BEGIN

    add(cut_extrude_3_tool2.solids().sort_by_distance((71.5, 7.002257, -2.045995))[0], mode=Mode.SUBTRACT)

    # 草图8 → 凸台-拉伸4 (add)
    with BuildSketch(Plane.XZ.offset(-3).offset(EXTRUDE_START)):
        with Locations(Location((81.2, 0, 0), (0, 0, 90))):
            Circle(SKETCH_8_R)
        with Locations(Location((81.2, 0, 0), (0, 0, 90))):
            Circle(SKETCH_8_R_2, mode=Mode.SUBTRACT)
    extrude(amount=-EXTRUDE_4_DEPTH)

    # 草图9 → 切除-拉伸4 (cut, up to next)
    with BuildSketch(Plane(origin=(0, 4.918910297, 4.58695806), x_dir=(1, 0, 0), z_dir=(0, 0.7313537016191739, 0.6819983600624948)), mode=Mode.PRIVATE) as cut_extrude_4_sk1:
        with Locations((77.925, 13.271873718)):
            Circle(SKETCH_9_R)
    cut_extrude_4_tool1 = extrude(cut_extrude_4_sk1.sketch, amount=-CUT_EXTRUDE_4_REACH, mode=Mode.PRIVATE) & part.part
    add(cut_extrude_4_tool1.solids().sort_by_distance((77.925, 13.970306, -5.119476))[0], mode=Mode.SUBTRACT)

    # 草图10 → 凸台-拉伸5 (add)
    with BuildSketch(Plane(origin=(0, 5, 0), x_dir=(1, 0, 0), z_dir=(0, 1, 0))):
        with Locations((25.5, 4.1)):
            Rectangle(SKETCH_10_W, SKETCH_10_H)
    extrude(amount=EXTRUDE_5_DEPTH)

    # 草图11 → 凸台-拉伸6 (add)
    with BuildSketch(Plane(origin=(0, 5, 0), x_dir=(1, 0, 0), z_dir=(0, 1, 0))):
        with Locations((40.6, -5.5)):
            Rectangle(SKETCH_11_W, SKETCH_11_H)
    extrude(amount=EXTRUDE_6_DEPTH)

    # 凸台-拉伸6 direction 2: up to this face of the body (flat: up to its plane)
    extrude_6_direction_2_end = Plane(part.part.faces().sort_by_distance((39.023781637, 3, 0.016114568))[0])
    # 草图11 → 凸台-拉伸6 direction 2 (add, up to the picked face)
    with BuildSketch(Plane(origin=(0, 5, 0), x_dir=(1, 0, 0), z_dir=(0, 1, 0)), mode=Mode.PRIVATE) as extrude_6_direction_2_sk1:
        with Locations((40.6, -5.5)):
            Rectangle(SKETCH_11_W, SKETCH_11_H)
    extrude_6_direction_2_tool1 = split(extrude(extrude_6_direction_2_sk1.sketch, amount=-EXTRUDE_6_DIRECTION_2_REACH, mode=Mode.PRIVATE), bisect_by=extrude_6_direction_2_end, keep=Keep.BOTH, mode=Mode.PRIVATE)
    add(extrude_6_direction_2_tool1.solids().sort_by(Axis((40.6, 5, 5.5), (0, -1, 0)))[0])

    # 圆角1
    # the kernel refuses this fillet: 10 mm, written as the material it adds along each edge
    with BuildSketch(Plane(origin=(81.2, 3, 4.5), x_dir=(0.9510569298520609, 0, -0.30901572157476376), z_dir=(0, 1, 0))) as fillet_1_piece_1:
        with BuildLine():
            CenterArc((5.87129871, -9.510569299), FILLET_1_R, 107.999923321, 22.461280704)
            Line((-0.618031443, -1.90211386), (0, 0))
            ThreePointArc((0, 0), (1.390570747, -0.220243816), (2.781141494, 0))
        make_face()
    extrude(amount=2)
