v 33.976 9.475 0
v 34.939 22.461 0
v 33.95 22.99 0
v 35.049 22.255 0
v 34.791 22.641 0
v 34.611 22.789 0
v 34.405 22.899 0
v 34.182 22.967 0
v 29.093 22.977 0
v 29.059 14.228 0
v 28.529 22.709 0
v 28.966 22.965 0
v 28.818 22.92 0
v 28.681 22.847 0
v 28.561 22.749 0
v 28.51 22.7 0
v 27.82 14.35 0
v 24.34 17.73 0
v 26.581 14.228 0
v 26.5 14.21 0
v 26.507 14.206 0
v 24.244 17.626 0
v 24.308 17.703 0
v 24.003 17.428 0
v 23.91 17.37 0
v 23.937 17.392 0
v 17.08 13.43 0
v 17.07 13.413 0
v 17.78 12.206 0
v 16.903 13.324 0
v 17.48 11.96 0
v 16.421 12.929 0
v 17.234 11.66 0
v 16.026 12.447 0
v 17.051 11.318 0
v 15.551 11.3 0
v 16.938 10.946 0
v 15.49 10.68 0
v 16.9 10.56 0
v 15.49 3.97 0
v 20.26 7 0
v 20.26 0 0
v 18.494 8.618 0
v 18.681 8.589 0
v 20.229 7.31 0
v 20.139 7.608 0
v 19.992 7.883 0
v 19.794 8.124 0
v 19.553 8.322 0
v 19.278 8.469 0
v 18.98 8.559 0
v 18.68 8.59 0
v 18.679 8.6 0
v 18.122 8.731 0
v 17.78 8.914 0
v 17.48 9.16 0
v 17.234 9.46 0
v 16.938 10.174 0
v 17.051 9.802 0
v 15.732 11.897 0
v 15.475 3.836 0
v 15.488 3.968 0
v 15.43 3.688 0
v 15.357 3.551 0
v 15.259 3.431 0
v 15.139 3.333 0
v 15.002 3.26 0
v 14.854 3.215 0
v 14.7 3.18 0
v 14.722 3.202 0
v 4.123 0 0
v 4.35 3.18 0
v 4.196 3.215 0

END

> Work item: Retype only the lines above between the line with "extrude(amount=2)" and the line with "v 28.561 22.749 0", counting those two lines as well, and keep every character as it is.

> Written response:
    extrude(amount=2)
v 33.976 9.475 0
v 34.939 22.461 0
v 33.95 22.99 0
v 35.049 22.255 0
v 34.791 22.641 0
v 34.611 22.789 0
v 34.405 22.899 0
v 34.182 22.967 0
v 29.093 22.977 0
v 29.059 14.228 0
v 28.529 22.709 0
v 28.966 22.965 0
v 28.818 22.92 0
v 28.681 22.847 0
v 28.561 22.749 0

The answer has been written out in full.